# Joplin---jornado



## SWAMPBUCK10PT (Apr 5, 2010)

*Hope all you GUYS from Mo are OK---Joplin just got flattened by a Huge twister[Tornado] about 1 1/2 hours ago-----------Its headed N-East---------sb*


----------



## ReidRH (Feb 1, 2010)

Oh Lordy here we Go Again!! Keep Your head down guys!!


----------



## youngdon (Mar 10, 2010)

Holy crap, I hate tornado's.


----------



## ReidRH (Feb 1, 2010)

Don Have you ever Lived Through One? I Am Not Scared of Weather too Bad But a Tornado Definitely gets my Attention! I am In the Process of Getting the Stuff together to Build a Shelter. Shelters are Pretty Rare in My part of the country But Gaining in popularity the more storms we have! Especially with ME!


----------



## SWAMPBUCK10PT (Apr 5, 2010)

*Minnesota was nailed too-------Minneapolis--hit hard too!!!!!!*


----------



## youngdon (Mar 10, 2010)

Yes I have, I was born and raised in NW Ohio and have vivid memories of a few.
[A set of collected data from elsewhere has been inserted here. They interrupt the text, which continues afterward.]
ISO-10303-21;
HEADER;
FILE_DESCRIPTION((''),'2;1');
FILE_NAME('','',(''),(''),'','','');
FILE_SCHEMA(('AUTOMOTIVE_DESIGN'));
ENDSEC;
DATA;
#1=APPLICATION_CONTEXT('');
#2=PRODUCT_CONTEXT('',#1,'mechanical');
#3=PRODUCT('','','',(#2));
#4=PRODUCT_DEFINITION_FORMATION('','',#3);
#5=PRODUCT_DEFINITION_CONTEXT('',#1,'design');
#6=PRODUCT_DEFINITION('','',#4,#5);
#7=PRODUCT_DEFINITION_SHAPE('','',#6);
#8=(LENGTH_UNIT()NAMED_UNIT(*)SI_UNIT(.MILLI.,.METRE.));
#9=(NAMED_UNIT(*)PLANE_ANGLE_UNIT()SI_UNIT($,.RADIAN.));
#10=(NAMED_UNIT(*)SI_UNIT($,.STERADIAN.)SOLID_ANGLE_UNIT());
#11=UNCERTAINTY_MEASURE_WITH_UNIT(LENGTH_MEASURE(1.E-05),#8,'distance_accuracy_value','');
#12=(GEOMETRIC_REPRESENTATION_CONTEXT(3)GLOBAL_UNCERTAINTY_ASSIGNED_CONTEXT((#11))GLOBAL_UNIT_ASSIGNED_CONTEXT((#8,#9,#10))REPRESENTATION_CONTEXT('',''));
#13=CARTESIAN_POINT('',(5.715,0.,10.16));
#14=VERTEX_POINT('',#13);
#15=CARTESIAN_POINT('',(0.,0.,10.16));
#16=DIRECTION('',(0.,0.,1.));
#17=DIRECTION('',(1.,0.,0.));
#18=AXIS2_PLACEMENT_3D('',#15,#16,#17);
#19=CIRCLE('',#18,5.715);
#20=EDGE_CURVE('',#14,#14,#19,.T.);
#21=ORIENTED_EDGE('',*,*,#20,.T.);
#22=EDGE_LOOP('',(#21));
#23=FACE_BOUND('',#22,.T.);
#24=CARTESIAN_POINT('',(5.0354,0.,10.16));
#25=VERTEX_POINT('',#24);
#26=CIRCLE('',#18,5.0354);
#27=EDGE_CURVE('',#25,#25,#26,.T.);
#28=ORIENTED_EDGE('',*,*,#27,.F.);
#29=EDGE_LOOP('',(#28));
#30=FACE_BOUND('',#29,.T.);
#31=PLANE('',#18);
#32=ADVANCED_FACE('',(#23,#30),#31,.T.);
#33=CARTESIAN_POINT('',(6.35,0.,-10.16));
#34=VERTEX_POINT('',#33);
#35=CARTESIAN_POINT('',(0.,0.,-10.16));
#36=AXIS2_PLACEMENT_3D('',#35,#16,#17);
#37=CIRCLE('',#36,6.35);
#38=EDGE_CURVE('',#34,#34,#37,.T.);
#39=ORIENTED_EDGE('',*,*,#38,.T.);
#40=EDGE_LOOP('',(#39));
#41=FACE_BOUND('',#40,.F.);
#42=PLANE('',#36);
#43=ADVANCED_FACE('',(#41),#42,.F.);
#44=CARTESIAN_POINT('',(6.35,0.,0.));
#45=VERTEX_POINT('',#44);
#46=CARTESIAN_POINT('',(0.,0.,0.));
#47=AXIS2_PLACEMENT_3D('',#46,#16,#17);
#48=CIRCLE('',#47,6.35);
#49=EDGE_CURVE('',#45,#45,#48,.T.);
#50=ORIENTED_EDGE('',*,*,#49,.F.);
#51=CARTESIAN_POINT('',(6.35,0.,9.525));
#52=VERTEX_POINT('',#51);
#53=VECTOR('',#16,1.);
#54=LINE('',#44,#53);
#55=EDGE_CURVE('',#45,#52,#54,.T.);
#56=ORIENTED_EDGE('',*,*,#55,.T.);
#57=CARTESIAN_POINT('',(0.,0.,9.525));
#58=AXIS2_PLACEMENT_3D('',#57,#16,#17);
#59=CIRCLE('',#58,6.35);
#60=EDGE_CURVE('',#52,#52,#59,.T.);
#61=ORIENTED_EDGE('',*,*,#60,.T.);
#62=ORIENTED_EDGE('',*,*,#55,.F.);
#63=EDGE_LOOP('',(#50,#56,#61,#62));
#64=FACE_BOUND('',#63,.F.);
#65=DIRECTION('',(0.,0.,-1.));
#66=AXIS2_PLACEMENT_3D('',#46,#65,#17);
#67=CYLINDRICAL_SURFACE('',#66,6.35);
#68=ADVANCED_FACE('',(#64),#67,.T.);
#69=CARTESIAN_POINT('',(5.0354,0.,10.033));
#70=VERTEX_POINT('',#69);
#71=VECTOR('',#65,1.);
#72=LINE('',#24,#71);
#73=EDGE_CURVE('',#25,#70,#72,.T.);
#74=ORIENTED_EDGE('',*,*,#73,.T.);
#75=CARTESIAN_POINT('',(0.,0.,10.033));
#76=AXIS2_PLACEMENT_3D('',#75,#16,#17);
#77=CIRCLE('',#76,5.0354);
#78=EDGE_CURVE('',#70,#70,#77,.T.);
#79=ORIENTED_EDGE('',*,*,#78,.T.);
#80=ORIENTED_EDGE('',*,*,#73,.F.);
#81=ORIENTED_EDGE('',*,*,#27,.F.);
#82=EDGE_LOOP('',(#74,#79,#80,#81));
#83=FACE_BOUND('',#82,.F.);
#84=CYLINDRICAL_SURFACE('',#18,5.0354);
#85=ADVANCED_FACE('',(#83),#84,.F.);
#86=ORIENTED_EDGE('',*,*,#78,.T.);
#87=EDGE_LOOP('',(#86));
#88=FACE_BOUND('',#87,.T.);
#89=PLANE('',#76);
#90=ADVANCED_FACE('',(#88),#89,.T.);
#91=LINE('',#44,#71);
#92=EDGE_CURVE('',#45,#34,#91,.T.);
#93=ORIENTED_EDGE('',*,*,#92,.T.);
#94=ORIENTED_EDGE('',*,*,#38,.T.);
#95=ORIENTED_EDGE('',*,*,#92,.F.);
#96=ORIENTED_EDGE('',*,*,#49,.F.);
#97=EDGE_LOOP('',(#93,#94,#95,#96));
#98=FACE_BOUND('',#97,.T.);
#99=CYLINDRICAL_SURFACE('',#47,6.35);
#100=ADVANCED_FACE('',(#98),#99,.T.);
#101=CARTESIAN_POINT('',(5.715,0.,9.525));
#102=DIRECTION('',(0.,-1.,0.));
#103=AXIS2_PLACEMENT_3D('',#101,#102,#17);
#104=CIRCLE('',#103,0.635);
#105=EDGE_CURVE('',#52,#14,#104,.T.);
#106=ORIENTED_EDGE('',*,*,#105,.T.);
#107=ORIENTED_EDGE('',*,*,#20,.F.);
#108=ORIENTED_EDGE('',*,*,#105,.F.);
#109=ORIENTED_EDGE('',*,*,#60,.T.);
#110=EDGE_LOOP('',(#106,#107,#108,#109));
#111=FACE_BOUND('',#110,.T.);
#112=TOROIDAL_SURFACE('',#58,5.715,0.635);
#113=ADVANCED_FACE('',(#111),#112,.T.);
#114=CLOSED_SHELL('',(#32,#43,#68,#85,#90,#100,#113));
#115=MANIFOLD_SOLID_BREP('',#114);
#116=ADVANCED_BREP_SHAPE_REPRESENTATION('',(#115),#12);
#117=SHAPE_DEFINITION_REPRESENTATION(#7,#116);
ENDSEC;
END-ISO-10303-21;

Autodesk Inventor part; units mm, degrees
ref_plane "YZ Plane" through (0, 0, 0) normal (1, 0, 0) x (0, 1, 0)
ref_plane "XZ Plane" through (0, 0, 0) normal (0, 1, 0) x (-1, 0, 0)
ref_plane "XY Plane" through (0, 0, 0) normal (0, 0, 1) x (1, 0, 0)
sketch "Sketch1" plane through (0, 0, 0) normal (0, 0, 1) x (1, 0, 0)
  circle A0 centre (0, 0) radius 6.35
  dimension "d0" = 12.7
extrude "Extrusion1" add sketch "Sketch1" along normal mid plane 20.32
fillet "Fillet1" radius 0.635 1 edges at (-6.35, 0, 10.16)
sketch "Sketch2" plane through (0, 0, 10.16) normal (0, 0, 1) x (1, 0, 0)
  circle A0 centre (0, 0) radius 5.715 projected
  circle A1 centre (0, 0) radius 5.0354
extrude "Extrusion2" cut sketch "Sketch2" against normal blind 0.127 contours A1
properties part number "Capacitor"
One on the fourth of July and the Palm Sunday tornado's that went through the midwest. i remember my parents taking us boys to see the devastation and helping people out.


----------



## showmeyote (Dec 12, 2010)

I have been threw way to many! One hit Lebanon years ago, while i was there one night. It flattened Tracker marine and boats were flying every where 96 i believe. Thin in western Kansas about 98, and here at home a couple small ones. 
As of right now 24 deaths the news is reporting. My old general manager lives about 10 blocks from there but i called his brother and there hole family is well. Callede another friend that lives south of there and they were all ok too.
Its coming down right now and the lightning is making the light flicker. But they call off the tornados for us, just worring about the straight line winds.
Joplin is in very bad shape guys. My heart goes out to them people!!


----------



## showmeyote (Dec 12, 2010)

Here is a link. West Plains Mo is on the bubble right now, and it also looked like storms west of the SL area. West Plains reporting alot of rotation..http://www.ky3.com/news/kspr-tornado-strikes-joplin-major-damage-reported-20110522,0,7268775.story


----------



## showmeyote (Dec 12, 2010)

youngdon said:


> Yes I have, I was born and raised in NW Ohio and have vivid memories of a few. One on the fourth of July and the Palm Sunday tornado's that went through the midwest. i remember my parents taking us boys to see the devastation and helping people out.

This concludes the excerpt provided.